## Goal of the exercise
Look below for the line holding "v1 (0,-4.15,16)" and the line holding "v5 (0,-6,6.9)". Transcribe exactly those lines and all lines between them, nothing more.

+++ Information +++

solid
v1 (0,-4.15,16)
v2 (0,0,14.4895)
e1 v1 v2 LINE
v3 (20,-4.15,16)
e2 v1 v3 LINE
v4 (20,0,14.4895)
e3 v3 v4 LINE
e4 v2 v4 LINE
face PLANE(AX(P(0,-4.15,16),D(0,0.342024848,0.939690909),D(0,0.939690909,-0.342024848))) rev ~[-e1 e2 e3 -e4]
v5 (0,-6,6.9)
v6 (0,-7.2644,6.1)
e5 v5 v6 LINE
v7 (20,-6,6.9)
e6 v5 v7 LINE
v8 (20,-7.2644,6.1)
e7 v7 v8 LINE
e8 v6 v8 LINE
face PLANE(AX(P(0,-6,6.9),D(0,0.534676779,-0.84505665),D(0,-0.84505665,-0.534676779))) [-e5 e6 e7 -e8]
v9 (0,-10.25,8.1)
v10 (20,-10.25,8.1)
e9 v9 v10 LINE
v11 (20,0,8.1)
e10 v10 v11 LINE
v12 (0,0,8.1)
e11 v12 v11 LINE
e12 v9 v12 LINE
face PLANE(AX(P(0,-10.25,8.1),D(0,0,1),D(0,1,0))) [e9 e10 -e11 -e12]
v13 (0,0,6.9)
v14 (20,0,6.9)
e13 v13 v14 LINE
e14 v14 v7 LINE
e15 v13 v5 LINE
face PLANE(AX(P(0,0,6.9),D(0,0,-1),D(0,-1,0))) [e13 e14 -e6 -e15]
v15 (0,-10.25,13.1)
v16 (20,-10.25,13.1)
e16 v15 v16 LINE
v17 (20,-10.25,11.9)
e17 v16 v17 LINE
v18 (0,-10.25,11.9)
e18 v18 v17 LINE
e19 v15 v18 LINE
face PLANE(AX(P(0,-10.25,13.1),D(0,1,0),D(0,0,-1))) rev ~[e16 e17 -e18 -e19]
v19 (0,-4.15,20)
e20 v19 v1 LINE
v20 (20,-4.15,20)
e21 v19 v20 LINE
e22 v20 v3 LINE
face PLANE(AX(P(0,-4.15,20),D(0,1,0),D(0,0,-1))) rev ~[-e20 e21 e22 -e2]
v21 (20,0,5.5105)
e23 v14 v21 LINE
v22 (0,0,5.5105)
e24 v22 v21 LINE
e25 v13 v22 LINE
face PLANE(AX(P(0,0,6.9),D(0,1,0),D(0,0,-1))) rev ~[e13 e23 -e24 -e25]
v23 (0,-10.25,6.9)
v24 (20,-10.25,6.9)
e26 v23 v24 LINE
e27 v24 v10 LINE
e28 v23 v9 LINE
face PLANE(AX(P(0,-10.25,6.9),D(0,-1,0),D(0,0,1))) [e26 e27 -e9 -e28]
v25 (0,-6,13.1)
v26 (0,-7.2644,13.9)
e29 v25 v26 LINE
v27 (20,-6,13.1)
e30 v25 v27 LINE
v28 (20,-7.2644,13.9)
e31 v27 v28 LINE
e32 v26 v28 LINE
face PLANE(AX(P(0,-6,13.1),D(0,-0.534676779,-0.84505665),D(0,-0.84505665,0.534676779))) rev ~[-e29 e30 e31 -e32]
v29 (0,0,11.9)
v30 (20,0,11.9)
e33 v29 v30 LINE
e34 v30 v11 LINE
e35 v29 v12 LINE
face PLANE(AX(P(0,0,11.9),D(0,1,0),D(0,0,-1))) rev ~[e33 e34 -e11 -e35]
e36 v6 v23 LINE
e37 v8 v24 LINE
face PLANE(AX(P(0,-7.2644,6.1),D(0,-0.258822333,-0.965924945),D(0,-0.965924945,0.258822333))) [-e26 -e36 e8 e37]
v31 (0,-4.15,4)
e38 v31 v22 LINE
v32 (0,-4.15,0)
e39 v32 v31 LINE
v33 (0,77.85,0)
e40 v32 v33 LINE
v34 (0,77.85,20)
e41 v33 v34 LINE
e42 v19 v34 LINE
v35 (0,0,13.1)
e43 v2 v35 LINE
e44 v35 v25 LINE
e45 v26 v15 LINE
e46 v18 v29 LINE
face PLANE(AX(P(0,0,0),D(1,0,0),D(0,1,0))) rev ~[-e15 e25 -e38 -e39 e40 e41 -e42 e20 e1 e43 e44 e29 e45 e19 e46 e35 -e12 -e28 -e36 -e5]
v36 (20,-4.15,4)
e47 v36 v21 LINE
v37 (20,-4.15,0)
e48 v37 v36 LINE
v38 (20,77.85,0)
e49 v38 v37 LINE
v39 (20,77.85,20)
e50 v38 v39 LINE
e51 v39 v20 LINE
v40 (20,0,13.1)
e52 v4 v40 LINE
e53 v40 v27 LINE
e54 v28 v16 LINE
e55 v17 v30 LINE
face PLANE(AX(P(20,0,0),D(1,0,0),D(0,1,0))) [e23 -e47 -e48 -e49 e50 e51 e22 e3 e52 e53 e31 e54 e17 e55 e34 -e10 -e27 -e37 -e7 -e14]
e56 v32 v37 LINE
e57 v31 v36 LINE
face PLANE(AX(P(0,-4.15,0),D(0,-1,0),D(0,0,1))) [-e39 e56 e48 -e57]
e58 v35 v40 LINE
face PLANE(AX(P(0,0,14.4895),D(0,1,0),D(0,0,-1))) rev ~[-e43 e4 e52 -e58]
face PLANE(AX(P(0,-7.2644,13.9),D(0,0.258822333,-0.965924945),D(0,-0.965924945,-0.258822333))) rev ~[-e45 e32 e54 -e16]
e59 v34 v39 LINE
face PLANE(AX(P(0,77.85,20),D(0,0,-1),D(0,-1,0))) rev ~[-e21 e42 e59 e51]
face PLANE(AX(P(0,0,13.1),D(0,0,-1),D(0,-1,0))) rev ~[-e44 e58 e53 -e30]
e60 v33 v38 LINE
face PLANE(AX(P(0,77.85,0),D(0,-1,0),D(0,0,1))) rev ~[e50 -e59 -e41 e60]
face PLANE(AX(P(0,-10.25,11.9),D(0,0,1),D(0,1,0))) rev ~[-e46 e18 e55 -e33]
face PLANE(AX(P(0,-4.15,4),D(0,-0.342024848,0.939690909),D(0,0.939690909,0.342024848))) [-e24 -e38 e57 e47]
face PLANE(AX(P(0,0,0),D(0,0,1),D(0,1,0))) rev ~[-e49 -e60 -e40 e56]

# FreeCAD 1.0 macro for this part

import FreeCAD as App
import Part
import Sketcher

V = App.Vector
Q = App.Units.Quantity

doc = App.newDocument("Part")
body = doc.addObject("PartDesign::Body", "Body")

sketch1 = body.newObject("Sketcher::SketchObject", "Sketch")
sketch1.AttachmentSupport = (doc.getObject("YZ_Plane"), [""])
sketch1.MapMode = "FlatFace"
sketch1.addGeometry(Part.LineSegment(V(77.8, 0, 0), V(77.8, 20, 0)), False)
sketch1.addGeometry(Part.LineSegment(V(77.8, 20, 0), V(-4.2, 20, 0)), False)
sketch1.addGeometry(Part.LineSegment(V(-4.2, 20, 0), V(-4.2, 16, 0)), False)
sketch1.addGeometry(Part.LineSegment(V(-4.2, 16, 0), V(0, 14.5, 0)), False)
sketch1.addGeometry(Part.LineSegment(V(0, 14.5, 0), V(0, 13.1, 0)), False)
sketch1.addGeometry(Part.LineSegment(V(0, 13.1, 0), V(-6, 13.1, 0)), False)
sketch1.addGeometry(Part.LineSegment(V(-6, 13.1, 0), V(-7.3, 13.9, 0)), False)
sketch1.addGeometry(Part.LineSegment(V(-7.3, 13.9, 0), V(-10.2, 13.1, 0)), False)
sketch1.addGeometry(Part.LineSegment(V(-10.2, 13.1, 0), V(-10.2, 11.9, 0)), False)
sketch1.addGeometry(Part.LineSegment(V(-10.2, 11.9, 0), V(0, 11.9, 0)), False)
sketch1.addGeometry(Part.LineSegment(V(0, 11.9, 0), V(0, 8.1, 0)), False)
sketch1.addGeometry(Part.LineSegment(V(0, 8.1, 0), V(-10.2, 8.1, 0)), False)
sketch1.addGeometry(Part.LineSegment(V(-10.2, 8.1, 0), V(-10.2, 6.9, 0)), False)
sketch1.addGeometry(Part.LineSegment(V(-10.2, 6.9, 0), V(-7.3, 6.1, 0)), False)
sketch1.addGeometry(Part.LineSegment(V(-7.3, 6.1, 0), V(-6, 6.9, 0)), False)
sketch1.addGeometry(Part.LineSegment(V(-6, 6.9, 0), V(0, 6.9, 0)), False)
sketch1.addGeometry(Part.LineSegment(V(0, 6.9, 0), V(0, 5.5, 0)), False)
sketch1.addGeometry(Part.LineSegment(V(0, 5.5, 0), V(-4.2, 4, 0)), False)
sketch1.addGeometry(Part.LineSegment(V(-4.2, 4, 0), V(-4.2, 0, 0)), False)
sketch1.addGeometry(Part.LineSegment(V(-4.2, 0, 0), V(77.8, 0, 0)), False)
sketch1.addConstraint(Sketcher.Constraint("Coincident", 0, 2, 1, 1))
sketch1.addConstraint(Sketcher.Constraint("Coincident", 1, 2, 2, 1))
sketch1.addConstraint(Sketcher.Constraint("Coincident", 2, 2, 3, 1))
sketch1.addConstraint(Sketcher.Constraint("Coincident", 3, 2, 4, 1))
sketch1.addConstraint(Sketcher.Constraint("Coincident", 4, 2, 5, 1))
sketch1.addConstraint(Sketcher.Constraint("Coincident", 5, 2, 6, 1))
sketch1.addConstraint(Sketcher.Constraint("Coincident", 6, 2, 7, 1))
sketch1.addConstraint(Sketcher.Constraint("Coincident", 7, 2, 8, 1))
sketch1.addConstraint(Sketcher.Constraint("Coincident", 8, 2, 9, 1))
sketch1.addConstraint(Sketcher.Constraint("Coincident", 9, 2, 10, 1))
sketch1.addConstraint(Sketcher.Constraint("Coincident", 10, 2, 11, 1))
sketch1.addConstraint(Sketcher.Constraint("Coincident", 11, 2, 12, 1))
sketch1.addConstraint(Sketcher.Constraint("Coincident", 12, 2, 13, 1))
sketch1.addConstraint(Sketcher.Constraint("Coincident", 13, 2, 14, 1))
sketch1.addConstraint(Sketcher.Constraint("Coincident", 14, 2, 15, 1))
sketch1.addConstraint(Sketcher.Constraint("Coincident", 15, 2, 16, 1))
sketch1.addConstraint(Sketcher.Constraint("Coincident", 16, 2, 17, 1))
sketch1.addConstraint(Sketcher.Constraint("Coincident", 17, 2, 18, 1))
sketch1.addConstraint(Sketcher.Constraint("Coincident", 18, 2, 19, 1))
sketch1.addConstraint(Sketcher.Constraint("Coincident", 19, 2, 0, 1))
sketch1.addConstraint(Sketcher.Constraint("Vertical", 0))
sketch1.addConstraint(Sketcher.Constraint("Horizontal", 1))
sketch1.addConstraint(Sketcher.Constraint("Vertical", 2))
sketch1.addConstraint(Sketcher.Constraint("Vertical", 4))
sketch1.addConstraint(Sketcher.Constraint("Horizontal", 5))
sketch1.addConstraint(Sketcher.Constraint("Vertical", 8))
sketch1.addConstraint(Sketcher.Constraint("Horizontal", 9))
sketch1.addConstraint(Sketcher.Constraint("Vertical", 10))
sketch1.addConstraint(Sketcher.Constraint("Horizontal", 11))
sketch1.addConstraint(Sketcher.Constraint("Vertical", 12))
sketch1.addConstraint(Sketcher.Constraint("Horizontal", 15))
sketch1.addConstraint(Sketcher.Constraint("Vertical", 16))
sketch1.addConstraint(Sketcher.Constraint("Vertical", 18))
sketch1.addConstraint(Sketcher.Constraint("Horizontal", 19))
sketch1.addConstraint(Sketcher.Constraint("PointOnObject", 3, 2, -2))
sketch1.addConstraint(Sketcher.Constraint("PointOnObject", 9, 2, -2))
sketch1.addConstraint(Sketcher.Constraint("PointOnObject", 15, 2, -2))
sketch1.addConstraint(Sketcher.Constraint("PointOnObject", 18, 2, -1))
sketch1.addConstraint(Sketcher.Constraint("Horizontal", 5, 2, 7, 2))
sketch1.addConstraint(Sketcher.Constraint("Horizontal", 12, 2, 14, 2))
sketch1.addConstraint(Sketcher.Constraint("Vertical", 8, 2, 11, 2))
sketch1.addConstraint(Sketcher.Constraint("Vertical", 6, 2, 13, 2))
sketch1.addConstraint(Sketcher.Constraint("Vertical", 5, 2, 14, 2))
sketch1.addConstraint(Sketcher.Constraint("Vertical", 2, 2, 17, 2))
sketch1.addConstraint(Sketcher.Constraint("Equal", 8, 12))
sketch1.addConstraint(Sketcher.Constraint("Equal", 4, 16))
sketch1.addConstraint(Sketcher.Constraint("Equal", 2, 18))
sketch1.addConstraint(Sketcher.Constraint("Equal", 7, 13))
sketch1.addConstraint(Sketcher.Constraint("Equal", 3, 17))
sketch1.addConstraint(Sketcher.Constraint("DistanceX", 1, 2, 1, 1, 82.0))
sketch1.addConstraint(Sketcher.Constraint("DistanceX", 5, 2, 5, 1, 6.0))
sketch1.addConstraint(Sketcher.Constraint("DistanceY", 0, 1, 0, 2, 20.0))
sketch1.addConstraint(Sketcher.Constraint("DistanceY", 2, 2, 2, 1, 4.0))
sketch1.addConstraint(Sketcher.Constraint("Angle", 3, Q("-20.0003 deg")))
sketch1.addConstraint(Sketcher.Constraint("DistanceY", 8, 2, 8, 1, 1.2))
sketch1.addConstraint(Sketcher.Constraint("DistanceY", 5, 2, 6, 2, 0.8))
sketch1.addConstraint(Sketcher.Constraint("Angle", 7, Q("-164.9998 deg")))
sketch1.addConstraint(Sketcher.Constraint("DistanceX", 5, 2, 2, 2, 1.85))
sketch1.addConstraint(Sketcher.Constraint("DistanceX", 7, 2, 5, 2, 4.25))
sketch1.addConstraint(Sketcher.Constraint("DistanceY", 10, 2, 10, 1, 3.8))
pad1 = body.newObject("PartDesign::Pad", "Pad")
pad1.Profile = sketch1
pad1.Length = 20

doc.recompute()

+++

## Finished task
v1 (0,-4.15,16)
v2 (0,0,14.4895)
e1 v1 v2 LINE
v3 (20,-4.15,16)
e2 v1 v3 LINE
v4 (20,0,14.4895)
e3 v3 v4 LINE
e4 v2 v4 LINE
face PLANE(AX(P(0,-4.15,16),D(0,0.342024848,0.939690909),D(0,0.939690909,-0.342024848))) rev ~[-e1 e2 e3 -e4]
v5 (0,-6,6.9)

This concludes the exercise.